Problem description: The stretch wanted below opens at the line containing "f 68 66 115" and closes at the line containing "f 130 112 113". Please return it exactly, with no other lines.

Collected data entries:
Start of Block

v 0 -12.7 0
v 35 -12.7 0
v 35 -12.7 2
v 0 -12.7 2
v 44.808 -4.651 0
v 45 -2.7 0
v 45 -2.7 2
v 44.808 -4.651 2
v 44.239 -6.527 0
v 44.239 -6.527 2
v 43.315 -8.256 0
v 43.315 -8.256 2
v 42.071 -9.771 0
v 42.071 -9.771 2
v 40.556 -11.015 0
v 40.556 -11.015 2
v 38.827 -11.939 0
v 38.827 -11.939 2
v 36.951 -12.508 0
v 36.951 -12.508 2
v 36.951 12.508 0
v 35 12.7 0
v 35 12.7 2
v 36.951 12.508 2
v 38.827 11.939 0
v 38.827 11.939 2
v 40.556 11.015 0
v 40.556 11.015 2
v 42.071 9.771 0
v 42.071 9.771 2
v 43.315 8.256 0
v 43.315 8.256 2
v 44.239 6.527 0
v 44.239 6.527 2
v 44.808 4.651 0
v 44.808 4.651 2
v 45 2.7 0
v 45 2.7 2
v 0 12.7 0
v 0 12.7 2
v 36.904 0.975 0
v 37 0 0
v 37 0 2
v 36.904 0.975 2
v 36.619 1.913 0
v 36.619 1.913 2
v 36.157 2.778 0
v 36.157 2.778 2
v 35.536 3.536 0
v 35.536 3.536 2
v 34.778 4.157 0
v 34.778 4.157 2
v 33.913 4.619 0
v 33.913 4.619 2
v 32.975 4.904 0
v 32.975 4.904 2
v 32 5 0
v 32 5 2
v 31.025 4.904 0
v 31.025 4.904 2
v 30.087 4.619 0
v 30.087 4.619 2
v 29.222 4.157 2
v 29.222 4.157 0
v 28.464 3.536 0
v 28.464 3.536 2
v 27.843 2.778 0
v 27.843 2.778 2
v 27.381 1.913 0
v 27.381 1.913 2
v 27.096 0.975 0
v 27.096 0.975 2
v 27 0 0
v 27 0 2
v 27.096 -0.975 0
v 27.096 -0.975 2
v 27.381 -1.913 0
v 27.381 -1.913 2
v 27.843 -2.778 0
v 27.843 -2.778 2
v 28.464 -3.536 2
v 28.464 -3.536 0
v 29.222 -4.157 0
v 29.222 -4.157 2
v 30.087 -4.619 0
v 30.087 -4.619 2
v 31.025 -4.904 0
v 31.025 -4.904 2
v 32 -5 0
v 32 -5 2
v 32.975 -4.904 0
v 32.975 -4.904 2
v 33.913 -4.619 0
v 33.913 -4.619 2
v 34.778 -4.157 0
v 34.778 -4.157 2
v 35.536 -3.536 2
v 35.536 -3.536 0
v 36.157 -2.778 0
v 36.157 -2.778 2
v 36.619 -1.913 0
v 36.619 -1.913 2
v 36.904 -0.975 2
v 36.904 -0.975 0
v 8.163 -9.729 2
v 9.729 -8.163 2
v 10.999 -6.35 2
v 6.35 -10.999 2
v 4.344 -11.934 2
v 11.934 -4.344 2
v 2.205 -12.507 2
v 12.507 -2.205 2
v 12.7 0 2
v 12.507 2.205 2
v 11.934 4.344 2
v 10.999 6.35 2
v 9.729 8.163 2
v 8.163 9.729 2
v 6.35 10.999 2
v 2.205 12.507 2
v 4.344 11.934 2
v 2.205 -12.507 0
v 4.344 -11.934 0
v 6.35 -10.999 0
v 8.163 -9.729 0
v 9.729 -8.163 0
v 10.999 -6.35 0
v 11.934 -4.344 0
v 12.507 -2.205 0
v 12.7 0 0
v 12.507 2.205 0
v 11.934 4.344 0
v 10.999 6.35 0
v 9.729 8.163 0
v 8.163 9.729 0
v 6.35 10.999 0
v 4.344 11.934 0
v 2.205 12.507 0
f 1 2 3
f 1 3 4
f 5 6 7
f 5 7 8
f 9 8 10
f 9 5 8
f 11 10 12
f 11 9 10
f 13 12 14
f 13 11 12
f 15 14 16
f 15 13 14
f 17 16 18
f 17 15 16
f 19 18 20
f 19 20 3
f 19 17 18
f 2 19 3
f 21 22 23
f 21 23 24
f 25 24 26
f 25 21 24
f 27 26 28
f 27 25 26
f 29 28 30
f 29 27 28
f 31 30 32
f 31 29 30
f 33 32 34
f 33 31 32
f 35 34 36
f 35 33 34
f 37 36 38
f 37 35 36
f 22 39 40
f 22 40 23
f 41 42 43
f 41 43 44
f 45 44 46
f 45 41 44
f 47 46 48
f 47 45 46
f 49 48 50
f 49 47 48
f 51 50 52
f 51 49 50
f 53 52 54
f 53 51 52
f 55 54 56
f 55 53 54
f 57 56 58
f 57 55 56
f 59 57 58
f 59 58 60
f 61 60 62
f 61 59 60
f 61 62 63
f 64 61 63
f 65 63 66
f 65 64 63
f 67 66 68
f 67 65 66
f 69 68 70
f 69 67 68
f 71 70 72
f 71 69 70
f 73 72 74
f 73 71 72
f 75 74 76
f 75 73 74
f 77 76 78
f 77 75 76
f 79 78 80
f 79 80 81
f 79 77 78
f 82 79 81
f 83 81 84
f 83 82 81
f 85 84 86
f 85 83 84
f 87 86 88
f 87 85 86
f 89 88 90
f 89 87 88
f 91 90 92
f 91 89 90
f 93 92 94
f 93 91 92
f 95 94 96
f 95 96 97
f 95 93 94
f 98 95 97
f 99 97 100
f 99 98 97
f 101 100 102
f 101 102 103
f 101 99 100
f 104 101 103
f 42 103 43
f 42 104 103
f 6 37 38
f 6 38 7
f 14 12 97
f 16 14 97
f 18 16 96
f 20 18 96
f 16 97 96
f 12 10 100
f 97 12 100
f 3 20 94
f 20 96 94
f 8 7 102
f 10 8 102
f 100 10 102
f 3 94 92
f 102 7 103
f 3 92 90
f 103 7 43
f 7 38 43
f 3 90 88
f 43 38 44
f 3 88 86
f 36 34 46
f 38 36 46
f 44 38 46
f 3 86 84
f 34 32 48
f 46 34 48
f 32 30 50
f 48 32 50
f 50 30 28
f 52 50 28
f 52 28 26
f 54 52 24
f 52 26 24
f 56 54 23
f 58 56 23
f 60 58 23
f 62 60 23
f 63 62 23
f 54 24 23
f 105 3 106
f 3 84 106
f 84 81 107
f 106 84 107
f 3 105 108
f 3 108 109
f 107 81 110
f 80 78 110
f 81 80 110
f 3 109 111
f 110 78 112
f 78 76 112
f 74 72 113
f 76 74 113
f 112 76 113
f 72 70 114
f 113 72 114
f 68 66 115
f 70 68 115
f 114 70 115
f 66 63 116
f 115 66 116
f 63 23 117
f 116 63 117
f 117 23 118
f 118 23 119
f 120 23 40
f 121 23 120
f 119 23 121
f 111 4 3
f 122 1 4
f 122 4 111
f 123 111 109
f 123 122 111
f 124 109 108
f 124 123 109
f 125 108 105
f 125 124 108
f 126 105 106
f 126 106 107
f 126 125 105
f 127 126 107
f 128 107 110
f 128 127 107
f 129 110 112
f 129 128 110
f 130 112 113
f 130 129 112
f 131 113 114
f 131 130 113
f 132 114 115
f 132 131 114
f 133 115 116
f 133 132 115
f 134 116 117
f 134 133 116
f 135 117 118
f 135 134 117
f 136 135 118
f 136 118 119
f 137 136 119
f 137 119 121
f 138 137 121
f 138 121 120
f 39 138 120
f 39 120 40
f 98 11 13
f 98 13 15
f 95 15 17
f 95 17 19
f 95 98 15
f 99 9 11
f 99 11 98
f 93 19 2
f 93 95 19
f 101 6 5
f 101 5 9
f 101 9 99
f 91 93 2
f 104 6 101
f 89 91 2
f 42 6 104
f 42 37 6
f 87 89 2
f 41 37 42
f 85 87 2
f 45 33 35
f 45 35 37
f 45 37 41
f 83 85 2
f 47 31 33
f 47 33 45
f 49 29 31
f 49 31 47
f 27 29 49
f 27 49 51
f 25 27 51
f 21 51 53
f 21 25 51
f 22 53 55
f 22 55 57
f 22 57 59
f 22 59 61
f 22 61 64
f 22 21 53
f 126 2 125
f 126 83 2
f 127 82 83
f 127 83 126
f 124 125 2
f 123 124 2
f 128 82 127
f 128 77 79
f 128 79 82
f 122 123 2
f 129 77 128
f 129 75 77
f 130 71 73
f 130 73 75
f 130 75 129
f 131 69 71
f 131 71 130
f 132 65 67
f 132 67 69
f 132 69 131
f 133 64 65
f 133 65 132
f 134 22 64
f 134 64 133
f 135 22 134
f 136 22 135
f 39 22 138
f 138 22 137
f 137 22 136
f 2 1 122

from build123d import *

# Parameters (mm, degrees)
SKETCH1_R           = 5
BOSS_EXTRUDE1_DEPTH = 2


with BuildPart() as part:
    # Sketch1 → Boss-Extrude1 (new body)
    with BuildSketch(Plane.XY):
        with BuildLine():
            Line((0, 12.7), (35, 12.7))
            ThreePointArc((35, 12.7), (42.071067812, 9.771067812), (45, 2.7))
            Line((45, 2.7), (45, -2.7))
            ThreePointArc((45, -2.7), (42.071067812, -9.771067812), (35, -12.7))
            Line((35, -12.7), (0, -12.7))
            ThreePointArc((0, -12.7), (12.7, 0), (0, 12.7))
        make_face()
        with Locations((32, 0)):
            Circle(SKETCH1_R, mode=Mode.SUBTRACT)
    extrude(amount=BOSS_EXTRUDE1_DEPTH)


solid = part.part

End of Block

Response below:
f 68 66 115
f 70 68 115
f 114 70 115
f 66 63 116
f 115 66 116
f 63 23 117
f 116 63 117
f 117 23 118
f 118 23 119
f 120 23 40
f 121 23 120
f 119 23 121
f 111 4 3
f 122 1 4
f 122 4 111
f 123 111 109
f 123 122 111
f 124 109 108
f 124 123 109
f 125 108 105
f 125 124 108
f 126 105 106
f 126 106 107
f 126 125 105
f 127 126 107
f 128 107 110
f 128 127 107
f 129 110 112
f 129 128 110
f 130 112 113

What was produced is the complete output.